— EXERCISE REQUIREMENTS —
Please output the section of the listing below that opens with the line containing "#63=AXIS2_PLACEMENT_3D('',#62,#16,#17);" and closes with the line containing "#76=EDGE_CURVE('',#33,#69,#75,.T.);", exactly and with nothing else.
◇ ◇ ◇
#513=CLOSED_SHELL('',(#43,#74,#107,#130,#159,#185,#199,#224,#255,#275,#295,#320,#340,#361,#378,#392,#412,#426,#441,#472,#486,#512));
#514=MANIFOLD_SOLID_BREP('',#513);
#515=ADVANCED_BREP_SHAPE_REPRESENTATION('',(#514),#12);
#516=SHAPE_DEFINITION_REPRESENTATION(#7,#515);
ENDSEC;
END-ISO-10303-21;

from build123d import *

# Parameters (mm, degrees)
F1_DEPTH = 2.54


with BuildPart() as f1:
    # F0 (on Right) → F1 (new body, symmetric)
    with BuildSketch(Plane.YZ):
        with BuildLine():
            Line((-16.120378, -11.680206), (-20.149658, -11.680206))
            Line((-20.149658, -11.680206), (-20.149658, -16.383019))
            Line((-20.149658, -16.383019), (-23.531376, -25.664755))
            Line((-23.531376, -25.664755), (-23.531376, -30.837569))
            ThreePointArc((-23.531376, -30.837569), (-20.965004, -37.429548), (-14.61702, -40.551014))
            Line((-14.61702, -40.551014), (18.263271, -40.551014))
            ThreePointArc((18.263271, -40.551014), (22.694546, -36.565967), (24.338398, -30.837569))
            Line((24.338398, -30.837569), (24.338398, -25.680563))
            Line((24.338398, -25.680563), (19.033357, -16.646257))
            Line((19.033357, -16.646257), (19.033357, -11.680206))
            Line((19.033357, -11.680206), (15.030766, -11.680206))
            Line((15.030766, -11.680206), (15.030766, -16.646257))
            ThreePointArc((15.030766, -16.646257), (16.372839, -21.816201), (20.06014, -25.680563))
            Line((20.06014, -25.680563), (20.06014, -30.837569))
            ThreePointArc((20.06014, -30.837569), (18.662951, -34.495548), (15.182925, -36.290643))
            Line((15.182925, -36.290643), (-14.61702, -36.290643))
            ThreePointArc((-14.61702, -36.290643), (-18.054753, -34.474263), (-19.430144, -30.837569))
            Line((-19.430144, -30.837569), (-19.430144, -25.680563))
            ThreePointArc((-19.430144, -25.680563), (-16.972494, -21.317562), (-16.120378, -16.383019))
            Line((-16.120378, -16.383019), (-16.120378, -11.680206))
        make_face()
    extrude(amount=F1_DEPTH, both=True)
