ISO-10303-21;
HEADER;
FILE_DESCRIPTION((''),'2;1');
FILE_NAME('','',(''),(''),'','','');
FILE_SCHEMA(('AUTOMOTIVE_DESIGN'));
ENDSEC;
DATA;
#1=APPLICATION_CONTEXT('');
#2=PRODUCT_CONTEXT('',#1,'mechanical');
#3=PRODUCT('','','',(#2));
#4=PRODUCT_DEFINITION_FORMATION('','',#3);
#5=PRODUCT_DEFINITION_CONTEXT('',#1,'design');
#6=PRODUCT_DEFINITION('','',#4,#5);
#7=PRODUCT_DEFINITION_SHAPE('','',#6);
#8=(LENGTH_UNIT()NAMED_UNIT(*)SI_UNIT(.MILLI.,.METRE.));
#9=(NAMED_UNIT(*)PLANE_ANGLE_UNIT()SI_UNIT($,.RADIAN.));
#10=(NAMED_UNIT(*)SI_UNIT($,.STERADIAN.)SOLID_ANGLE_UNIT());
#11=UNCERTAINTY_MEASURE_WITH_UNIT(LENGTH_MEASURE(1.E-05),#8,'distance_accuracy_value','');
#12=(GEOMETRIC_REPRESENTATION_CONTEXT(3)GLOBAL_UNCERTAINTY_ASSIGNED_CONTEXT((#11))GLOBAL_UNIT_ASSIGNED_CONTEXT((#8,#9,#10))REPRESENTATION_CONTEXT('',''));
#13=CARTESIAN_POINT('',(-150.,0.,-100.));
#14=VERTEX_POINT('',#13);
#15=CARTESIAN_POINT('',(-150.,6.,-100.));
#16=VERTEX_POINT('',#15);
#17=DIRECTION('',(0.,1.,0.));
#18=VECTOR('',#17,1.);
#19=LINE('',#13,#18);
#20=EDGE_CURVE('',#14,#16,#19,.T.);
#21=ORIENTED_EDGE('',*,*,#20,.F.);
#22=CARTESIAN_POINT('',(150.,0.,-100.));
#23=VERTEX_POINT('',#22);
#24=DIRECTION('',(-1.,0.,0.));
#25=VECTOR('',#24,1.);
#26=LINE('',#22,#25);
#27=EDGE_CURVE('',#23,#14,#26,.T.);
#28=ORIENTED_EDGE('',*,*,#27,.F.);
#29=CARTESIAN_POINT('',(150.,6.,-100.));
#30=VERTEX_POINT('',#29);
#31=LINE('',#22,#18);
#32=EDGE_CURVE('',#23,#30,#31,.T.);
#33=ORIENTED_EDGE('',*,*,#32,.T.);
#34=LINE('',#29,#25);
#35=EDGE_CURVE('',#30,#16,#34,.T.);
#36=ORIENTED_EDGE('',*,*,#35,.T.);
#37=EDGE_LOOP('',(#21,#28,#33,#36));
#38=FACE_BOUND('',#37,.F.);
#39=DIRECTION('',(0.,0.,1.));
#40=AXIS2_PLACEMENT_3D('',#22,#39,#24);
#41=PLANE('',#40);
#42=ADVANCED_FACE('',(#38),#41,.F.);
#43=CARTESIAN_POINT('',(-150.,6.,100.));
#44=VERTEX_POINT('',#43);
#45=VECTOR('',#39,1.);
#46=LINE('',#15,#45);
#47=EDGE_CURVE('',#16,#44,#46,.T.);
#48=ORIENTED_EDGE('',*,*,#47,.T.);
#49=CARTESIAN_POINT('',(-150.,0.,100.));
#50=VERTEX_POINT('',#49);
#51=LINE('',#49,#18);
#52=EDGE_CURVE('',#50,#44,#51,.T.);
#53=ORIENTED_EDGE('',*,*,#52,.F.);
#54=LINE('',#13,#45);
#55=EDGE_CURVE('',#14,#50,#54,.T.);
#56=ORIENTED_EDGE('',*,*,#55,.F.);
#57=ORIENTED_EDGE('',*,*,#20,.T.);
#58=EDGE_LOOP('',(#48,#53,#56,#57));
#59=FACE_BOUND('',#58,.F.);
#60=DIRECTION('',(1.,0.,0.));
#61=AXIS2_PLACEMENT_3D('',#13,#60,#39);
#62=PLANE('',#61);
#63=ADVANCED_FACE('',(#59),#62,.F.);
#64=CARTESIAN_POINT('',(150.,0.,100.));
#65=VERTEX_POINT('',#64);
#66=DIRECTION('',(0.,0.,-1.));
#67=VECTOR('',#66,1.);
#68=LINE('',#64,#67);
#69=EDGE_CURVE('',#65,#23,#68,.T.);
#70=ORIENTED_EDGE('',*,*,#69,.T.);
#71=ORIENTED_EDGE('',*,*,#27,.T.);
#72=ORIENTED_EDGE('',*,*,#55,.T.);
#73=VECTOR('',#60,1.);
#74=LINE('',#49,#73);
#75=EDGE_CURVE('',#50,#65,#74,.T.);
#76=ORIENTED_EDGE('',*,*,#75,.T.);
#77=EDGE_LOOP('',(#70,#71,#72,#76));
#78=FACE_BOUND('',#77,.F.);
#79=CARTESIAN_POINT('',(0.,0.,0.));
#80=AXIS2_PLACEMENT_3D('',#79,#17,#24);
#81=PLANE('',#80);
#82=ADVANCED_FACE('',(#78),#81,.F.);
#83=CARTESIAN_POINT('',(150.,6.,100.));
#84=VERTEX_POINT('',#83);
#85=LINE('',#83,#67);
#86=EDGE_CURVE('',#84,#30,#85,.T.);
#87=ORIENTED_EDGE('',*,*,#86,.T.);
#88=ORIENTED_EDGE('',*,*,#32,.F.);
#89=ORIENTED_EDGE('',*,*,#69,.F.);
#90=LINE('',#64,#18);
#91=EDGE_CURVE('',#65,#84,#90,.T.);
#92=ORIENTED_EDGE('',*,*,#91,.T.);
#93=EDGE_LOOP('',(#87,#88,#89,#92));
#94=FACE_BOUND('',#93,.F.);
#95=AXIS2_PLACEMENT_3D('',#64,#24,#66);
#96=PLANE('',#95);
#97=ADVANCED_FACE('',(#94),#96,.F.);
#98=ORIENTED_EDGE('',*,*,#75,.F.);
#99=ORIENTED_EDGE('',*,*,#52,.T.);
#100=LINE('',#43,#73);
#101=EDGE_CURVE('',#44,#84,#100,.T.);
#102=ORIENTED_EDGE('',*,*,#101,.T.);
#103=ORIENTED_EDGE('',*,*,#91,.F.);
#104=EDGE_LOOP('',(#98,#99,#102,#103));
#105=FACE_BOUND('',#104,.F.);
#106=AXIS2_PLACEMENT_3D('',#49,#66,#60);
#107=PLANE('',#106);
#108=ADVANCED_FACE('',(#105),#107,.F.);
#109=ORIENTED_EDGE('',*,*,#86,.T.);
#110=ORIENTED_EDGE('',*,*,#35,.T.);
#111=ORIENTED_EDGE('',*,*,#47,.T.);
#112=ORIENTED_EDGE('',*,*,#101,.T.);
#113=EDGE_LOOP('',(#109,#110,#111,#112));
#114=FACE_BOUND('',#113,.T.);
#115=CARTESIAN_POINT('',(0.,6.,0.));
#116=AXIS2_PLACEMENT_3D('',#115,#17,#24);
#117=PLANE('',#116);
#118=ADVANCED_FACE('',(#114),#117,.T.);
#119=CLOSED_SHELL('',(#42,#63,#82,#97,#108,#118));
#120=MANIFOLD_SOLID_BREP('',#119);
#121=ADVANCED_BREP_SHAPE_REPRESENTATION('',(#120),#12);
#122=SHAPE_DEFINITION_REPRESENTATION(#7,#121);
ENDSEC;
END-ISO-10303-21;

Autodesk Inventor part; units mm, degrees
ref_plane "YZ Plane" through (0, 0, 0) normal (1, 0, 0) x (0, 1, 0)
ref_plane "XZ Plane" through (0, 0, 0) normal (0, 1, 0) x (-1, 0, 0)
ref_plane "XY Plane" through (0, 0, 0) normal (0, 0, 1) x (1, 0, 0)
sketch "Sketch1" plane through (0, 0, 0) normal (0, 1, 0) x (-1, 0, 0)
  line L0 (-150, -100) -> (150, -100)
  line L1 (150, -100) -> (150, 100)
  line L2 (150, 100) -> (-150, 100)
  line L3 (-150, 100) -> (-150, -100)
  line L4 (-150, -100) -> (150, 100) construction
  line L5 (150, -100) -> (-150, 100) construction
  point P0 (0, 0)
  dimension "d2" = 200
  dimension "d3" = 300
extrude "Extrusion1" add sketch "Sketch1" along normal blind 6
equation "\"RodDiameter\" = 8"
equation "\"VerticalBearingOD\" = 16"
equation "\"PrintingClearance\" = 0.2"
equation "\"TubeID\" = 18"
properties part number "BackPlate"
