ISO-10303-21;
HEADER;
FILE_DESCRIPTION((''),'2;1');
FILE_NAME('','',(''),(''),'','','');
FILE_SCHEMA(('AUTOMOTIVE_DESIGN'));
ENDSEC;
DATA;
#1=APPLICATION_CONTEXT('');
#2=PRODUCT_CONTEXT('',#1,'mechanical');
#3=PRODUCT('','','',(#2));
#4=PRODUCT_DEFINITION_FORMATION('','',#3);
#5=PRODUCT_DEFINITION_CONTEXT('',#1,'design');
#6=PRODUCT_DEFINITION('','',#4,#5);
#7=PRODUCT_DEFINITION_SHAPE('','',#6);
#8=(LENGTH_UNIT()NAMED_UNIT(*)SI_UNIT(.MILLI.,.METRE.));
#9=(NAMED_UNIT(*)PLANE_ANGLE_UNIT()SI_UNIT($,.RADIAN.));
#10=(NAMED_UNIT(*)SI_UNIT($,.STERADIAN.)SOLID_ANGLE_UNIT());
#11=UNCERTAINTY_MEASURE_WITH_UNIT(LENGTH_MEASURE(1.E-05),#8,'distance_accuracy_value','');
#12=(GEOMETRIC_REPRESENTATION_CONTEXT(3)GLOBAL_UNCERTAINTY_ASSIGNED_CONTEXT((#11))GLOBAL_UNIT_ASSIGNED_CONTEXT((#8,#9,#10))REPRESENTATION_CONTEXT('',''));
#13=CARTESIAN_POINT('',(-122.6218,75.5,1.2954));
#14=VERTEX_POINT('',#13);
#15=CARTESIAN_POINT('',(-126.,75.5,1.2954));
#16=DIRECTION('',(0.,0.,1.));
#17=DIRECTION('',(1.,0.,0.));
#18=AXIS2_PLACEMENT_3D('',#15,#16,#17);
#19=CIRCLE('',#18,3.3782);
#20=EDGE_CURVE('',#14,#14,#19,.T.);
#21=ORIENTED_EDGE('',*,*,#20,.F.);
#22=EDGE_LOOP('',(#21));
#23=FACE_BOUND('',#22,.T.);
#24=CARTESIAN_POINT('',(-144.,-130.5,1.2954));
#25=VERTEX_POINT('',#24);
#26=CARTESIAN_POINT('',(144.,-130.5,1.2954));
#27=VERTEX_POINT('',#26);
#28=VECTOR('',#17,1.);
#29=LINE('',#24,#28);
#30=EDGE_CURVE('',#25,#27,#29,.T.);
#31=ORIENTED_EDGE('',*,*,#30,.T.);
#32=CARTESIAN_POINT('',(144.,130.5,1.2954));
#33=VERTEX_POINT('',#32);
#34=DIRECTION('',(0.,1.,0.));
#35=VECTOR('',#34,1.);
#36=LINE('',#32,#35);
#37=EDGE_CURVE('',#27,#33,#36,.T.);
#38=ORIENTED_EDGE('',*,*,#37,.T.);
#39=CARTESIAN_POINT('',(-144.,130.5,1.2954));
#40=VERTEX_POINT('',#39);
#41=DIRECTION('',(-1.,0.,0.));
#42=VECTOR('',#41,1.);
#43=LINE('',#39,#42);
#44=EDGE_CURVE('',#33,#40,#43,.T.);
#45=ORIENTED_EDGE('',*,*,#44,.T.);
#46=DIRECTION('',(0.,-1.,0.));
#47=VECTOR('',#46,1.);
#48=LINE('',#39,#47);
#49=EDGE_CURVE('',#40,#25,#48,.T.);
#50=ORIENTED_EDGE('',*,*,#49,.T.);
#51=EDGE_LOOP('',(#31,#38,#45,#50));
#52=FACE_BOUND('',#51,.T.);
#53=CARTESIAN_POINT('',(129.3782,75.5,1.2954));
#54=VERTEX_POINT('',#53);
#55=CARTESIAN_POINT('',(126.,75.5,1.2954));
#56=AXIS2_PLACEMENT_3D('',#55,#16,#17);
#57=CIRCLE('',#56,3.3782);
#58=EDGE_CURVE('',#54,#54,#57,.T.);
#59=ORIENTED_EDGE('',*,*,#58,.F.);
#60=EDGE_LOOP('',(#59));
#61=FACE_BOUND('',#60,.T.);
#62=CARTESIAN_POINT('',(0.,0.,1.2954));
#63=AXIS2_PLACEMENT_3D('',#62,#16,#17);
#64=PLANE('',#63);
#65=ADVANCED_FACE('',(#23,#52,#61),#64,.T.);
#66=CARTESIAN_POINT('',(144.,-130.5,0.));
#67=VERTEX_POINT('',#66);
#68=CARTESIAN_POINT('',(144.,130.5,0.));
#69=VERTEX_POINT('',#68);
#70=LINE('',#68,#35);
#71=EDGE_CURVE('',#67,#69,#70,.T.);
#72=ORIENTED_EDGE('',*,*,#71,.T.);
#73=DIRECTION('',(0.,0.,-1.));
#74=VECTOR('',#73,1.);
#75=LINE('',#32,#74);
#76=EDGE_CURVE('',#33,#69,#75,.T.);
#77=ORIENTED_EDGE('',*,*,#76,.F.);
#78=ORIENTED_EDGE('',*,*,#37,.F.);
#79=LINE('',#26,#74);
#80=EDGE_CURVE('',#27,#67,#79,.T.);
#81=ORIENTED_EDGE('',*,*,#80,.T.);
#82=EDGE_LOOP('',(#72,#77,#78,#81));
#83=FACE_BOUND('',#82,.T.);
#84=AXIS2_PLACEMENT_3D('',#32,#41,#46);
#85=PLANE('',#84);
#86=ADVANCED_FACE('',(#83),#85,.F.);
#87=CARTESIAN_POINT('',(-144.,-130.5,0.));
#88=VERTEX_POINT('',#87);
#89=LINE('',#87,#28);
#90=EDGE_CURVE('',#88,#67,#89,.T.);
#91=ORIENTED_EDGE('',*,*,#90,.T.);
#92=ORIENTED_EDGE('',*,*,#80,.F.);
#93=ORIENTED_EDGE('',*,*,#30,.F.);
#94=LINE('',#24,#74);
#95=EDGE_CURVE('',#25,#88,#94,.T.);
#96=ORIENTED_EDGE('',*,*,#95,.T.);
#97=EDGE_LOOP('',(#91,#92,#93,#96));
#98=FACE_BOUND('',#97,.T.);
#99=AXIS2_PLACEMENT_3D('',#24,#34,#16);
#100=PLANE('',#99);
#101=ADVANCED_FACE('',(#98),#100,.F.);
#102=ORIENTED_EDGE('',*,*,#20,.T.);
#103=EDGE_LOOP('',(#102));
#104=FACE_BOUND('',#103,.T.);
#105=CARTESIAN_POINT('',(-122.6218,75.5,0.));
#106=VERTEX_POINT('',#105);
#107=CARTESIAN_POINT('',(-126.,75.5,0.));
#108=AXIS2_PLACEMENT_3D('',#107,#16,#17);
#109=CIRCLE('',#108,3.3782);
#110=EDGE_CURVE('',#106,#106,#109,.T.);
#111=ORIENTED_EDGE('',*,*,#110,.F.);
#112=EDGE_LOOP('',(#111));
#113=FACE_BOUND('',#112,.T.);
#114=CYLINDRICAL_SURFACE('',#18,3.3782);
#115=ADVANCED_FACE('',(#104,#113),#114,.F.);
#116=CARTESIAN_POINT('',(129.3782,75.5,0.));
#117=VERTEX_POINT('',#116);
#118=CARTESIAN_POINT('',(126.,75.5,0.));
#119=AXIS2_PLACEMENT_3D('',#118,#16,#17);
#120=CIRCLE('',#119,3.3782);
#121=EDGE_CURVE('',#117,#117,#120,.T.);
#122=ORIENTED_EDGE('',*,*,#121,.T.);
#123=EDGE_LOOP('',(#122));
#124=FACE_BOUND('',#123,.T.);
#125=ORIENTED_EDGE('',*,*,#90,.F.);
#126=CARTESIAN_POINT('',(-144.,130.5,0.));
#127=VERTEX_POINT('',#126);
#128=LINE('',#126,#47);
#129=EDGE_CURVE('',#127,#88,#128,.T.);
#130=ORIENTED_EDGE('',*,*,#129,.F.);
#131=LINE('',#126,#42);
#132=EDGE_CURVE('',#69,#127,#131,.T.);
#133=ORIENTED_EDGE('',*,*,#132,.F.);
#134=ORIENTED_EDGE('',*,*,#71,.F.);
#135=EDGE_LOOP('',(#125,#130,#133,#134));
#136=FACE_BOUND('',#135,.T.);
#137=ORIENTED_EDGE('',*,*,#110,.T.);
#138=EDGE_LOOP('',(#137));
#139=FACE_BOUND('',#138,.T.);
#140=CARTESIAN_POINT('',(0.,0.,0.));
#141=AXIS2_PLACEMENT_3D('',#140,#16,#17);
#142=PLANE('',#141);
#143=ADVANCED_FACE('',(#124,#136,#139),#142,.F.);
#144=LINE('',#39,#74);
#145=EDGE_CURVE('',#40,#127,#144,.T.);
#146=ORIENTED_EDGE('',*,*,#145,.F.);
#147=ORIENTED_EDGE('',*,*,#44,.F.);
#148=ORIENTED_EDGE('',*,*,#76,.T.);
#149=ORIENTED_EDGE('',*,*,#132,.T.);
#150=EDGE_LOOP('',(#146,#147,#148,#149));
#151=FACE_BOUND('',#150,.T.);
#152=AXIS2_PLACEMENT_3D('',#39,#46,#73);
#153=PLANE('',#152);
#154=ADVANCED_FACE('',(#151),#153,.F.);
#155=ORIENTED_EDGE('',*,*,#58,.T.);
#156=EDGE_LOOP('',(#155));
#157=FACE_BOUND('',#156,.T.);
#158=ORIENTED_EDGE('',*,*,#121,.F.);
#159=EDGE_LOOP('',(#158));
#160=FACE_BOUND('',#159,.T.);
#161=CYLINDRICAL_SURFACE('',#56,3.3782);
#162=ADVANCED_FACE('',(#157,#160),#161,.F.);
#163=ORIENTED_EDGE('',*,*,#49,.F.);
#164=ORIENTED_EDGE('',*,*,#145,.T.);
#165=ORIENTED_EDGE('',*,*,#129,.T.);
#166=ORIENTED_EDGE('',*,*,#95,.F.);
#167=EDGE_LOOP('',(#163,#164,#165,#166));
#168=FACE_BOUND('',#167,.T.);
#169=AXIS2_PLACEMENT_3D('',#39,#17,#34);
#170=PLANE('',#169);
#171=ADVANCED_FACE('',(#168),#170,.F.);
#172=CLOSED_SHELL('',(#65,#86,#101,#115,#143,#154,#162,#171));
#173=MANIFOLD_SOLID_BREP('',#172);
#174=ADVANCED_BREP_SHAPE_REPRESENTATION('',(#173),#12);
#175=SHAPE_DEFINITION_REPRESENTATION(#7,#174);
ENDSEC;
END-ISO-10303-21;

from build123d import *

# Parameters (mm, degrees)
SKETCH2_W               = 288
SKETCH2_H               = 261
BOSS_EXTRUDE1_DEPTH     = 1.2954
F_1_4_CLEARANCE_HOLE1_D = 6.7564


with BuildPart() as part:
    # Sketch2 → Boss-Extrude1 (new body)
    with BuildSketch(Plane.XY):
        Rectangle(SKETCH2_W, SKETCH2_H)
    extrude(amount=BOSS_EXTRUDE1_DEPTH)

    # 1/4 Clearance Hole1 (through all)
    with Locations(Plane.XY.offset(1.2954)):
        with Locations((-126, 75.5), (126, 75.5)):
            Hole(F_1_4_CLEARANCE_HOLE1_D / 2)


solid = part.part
◇ ◇ ◇
— YOUR RESPONSE —
#63=AXIS2_PLACEMENT_3D('',#62,#16,#17);
#64=PLANE('',#63);
#65=ADVANCED_FACE('',(#23,#52,#61),#64,.T.);
#66=CARTESIAN_POINT('',(144.,-130.5,0.));
#67=VERTEX_POINT('',#66);
#68=CARTESIAN_POINT('',(144.,130.5,0.));
#69=VERTEX_POINT('',#68);
#70=LINE('',#68,#35);
#71=EDGE_CURVE('',#67,#69,#70,.T.);
#72=ORIENTED_EDGE('',*,*,#71,.T.);
#73=DIRECTION('',(0.,0.,-1.));
#74=VECTOR('',#73,1.);
#75=LINE('',#32,#74);
#76=EDGE_CURVE('',#33,#69,#75,.T.);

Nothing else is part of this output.